**What to produce**
The data below holds a line containing "f 293 295 291" and a line containing "f 331 237 236"; please quote exactly those two lines and every line between them, and nothing else.

**Source material**
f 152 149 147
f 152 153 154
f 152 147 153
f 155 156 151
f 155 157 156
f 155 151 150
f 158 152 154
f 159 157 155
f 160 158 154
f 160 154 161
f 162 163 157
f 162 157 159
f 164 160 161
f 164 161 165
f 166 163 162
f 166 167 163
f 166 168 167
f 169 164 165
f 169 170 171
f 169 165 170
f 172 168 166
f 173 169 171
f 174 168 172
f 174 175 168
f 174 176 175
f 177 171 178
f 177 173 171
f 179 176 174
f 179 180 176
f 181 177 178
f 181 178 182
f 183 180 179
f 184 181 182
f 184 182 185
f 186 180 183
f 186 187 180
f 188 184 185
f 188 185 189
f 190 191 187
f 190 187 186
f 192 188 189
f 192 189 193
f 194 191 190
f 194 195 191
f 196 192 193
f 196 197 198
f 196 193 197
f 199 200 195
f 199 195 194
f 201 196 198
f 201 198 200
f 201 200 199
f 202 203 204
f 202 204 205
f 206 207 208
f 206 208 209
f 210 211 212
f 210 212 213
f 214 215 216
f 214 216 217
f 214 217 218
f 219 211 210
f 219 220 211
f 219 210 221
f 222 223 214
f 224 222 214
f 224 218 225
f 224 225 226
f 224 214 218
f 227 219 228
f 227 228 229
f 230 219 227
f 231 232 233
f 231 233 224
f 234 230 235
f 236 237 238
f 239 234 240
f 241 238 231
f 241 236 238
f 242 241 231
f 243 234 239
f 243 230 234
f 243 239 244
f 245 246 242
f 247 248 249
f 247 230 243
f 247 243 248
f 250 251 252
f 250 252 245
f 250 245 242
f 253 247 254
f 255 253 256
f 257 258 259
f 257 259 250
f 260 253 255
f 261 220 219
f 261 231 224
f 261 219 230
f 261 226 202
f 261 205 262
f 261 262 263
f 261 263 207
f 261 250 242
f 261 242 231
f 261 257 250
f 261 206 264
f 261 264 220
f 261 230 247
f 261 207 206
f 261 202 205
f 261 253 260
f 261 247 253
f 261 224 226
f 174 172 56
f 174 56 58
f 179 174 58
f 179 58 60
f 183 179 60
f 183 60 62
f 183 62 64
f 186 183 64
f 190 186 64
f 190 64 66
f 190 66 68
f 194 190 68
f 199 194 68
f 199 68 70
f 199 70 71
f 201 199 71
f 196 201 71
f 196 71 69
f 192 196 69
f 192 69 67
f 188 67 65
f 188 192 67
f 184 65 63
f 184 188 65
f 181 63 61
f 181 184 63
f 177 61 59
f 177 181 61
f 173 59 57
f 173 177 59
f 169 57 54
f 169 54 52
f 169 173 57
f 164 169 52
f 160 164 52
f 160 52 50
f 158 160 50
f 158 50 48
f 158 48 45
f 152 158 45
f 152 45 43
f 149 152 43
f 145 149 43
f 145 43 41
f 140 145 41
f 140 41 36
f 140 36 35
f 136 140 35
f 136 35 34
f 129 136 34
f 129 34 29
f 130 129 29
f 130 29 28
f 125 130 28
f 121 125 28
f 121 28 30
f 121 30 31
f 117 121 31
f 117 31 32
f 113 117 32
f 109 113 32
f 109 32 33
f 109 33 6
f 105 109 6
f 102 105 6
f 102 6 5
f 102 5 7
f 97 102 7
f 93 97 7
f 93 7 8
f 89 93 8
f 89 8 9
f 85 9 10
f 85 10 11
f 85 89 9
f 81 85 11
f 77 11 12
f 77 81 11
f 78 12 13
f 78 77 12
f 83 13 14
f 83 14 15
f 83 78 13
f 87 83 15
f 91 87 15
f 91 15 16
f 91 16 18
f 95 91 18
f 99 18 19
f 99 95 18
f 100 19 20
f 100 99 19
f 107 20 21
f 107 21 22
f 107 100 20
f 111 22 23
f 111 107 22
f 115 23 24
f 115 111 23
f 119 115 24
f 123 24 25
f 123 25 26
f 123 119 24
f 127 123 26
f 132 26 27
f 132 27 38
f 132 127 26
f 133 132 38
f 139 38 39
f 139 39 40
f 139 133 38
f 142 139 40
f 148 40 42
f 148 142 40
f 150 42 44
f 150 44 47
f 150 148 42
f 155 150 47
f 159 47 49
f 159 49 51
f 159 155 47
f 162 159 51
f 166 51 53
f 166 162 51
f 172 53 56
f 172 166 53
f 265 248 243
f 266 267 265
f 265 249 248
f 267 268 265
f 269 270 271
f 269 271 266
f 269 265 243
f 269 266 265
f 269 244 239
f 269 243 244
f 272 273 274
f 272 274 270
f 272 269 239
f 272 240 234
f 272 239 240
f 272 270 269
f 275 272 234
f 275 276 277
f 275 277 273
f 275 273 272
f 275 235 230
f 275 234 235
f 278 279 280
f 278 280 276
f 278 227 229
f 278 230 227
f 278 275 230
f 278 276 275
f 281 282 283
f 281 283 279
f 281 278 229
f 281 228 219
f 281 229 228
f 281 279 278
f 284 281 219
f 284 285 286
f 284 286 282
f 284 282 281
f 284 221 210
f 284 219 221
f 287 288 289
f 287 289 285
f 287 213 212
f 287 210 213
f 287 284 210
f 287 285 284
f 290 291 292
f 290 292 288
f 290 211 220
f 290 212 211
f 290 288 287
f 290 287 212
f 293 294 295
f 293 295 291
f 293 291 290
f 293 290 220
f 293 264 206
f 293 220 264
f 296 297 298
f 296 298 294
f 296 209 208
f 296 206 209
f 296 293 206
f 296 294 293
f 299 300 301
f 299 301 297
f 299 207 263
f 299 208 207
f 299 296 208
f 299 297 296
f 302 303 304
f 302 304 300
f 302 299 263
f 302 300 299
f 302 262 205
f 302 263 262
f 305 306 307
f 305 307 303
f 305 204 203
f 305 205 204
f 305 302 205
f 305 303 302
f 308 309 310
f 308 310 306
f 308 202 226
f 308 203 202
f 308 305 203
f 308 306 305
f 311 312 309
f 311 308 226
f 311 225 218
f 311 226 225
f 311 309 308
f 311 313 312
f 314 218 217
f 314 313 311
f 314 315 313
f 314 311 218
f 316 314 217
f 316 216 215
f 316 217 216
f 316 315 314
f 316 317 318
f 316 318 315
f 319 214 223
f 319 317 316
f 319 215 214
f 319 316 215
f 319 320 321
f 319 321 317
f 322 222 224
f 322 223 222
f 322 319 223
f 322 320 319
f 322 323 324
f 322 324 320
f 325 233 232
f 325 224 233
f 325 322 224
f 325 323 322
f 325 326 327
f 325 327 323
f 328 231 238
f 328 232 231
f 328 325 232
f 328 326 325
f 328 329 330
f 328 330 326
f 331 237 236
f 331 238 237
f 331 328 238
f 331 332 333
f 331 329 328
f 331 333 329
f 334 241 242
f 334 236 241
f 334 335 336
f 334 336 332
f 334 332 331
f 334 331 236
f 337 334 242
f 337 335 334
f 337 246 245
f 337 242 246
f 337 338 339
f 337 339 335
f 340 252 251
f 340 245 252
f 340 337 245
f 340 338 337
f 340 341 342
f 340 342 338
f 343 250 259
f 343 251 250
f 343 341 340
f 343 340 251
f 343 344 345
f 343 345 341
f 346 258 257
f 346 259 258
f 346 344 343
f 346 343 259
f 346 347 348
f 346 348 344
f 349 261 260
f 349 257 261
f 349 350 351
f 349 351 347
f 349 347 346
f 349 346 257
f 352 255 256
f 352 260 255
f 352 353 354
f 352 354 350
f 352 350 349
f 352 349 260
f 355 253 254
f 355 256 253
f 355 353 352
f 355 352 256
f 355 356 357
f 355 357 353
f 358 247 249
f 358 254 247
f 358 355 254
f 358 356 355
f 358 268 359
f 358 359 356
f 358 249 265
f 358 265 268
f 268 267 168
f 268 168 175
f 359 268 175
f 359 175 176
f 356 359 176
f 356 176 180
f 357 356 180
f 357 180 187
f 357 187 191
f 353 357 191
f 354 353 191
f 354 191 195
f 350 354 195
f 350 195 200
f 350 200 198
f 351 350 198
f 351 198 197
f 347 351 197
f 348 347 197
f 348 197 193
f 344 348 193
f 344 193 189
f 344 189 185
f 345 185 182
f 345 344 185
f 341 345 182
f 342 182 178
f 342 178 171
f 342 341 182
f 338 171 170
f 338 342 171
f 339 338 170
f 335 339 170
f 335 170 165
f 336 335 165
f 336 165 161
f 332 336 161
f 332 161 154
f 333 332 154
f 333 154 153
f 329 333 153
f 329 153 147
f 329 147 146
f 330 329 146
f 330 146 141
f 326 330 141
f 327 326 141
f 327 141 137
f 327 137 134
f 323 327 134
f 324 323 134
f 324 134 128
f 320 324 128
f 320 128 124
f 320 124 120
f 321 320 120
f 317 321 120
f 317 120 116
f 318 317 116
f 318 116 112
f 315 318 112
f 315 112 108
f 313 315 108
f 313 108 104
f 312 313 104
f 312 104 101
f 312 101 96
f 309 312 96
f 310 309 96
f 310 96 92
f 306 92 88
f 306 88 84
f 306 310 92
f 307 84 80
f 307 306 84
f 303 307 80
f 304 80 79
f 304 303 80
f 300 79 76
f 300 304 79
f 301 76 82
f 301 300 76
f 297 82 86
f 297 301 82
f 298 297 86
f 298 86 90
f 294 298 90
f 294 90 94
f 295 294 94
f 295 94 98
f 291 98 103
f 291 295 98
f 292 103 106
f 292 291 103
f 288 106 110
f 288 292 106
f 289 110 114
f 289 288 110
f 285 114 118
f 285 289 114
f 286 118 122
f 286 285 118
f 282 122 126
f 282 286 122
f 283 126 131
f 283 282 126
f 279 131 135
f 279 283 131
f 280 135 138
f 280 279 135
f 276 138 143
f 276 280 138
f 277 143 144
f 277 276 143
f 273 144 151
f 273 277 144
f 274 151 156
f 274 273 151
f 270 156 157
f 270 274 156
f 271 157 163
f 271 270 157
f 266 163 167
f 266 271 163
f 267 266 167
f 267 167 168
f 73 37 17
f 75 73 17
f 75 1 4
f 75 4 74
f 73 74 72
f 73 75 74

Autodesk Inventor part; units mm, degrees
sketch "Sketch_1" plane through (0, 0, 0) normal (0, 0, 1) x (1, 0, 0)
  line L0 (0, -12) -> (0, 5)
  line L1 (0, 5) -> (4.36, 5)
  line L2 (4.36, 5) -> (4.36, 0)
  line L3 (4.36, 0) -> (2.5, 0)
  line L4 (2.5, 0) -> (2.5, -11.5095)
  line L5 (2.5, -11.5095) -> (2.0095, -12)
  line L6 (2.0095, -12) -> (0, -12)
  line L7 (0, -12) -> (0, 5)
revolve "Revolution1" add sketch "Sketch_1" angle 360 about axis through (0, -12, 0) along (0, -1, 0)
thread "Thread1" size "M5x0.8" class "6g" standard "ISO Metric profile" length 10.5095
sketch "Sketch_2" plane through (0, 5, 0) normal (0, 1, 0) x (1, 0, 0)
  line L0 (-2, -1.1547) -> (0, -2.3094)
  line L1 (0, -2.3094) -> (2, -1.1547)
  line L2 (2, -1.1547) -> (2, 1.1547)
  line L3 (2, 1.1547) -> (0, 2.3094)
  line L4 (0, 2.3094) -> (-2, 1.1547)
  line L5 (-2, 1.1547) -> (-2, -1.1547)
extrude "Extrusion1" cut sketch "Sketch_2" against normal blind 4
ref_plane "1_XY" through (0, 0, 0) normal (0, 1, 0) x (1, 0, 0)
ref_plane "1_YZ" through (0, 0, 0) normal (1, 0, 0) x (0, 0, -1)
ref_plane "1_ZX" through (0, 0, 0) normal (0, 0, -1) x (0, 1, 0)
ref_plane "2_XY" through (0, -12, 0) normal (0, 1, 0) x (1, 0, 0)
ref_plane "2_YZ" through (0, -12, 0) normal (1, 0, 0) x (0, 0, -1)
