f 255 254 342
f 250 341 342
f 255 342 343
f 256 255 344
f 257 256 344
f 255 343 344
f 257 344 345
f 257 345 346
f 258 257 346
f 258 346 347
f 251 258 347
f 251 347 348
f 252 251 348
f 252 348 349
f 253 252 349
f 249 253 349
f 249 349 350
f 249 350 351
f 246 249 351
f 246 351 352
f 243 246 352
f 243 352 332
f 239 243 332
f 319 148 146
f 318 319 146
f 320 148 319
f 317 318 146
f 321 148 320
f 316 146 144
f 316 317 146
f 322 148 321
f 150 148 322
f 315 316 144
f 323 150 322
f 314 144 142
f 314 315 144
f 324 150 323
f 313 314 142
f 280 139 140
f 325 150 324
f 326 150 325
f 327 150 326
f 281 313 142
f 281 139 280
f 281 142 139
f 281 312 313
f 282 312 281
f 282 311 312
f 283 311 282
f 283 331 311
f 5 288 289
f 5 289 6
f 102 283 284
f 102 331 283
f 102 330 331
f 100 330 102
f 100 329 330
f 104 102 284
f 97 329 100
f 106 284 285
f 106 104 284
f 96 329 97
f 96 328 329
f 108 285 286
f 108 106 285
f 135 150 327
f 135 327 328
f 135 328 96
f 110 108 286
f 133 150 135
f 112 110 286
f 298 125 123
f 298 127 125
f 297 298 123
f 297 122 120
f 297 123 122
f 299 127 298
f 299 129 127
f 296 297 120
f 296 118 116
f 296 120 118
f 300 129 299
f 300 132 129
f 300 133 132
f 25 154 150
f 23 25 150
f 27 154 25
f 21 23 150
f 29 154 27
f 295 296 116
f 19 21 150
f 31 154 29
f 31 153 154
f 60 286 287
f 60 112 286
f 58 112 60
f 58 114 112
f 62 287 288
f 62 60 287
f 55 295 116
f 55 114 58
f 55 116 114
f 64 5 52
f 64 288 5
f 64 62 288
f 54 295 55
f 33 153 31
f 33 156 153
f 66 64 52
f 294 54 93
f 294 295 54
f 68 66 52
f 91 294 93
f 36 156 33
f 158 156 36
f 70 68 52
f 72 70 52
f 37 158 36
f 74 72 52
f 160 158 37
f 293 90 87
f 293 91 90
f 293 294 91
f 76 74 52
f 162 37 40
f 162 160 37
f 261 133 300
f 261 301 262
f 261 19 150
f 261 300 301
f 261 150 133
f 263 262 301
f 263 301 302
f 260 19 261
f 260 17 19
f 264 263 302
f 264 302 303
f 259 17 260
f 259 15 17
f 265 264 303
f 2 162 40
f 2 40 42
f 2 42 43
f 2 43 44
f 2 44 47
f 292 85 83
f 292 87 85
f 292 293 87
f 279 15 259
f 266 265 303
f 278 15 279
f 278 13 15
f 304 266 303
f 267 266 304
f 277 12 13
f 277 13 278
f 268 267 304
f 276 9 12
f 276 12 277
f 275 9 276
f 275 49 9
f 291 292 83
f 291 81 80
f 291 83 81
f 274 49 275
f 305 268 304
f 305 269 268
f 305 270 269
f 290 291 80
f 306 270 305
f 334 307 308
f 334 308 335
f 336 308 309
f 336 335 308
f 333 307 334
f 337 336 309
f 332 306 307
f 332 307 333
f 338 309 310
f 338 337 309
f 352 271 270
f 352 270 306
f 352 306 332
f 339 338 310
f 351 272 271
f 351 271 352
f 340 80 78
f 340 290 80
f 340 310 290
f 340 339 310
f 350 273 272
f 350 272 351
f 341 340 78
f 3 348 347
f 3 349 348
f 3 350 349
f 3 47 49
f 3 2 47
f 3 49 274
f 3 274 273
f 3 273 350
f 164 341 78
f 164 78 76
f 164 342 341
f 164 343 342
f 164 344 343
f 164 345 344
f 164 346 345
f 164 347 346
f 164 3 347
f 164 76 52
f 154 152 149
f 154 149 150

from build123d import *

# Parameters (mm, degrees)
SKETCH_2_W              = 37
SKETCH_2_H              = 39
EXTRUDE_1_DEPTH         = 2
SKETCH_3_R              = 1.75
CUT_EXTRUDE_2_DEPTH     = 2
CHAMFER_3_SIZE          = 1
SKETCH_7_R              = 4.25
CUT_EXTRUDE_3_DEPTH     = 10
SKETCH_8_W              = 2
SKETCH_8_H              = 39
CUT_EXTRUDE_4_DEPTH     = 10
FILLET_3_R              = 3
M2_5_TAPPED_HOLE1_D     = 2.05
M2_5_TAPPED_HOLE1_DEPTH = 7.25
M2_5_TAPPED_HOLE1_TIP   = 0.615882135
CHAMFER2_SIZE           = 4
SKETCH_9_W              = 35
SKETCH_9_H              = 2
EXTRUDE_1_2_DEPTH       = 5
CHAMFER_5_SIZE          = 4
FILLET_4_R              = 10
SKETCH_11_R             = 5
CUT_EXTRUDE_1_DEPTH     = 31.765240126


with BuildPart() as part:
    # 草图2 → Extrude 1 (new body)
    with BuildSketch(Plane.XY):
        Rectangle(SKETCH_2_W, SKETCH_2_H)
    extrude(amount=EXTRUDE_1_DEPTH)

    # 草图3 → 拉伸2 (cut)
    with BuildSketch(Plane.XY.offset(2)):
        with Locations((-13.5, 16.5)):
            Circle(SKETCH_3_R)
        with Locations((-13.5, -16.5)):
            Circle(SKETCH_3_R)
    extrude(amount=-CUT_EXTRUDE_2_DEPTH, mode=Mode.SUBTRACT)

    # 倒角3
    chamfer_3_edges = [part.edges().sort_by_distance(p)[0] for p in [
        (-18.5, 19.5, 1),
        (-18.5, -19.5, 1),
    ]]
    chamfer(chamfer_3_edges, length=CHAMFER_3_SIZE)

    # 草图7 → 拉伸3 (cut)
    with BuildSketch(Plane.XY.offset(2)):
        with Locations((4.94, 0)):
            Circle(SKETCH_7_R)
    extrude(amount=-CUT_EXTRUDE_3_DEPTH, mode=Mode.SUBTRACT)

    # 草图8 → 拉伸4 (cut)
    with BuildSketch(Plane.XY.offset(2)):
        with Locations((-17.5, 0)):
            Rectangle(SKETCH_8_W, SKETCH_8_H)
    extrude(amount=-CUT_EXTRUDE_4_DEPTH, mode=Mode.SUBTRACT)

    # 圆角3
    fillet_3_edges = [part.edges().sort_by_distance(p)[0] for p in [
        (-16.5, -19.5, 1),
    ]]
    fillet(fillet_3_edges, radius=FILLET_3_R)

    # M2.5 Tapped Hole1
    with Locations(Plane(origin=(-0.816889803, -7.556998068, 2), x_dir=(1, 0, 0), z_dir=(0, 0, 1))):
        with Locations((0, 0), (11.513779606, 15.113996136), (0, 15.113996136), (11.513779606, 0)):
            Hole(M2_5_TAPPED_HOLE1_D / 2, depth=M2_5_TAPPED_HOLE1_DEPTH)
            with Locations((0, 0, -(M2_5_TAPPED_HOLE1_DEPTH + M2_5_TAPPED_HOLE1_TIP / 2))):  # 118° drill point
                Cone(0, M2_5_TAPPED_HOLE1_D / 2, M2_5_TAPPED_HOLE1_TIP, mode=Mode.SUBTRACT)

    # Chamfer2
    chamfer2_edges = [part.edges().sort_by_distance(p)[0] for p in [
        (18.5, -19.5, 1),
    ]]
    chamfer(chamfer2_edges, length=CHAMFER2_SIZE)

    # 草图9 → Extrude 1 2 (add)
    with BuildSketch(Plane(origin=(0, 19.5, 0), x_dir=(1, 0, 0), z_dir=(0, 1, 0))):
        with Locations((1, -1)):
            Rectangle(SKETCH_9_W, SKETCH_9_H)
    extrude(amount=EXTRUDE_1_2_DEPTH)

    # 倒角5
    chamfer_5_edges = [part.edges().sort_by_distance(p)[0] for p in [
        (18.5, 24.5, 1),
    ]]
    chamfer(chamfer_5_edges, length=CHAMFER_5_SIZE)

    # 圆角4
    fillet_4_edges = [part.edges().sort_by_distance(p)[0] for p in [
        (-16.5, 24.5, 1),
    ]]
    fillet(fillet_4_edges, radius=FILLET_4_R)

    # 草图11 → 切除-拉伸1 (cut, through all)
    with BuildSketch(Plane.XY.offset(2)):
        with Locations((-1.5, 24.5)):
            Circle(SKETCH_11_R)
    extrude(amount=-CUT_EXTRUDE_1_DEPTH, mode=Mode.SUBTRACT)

**Result for this task**
f 293 295 291
f 293 291 290
f 293 290 220
f 293 264 206
f 293 220 264
f 296 297 298
f 296 298 294
f 296 209 208
f 296 206 209
f 296 293 206
f 296 294 293
f 299 300 301
f 299 301 297
f 299 207 263
f 299 208 207
f 299 296 208
f 299 297 296
f 302 303 304
f 302 304 300
f 302 299 263
f 302 300 299
f 302 262 205
f 302 263 262
f 305 306 307
f 305 307 303
f 305 204 203
f 305 205 204
f 305 302 205
f 305 303 302
f 308 309 310
f 308 310 306
f 308 202 226
f 308 203 202
f 308 305 203
f 308 306 305
f 311 312 309
f 311 308 226
f 311 225 218
f 311 226 225
f 311 309 308
f 311 313 312
f 314 218 217
f 314 313 311
f 314 315 313
f 314 311 218
f 316 314 217
f 316 216 215
f 316 217 216
f 316 315 314
f 316 317 318
f 316 318 315
f 319 214 223
f 319 317 316
f 319 215 214
f 319 316 215
f 319 320 321
f 319 321 317
f 322 222 224
f 322 223 222
f 322 319 223
f 322 320 319
f 322 323 324
f 322 324 320
f 325 233 232
f 325 224 233
f 325 322 224
f 325 323 322
f 325 326 327
f 325 327 323
f 328 231 238
f 328 232 231
f 328 325 232
f 328 326 325
f 328 329 330
f 328 330 326
f 331 237 236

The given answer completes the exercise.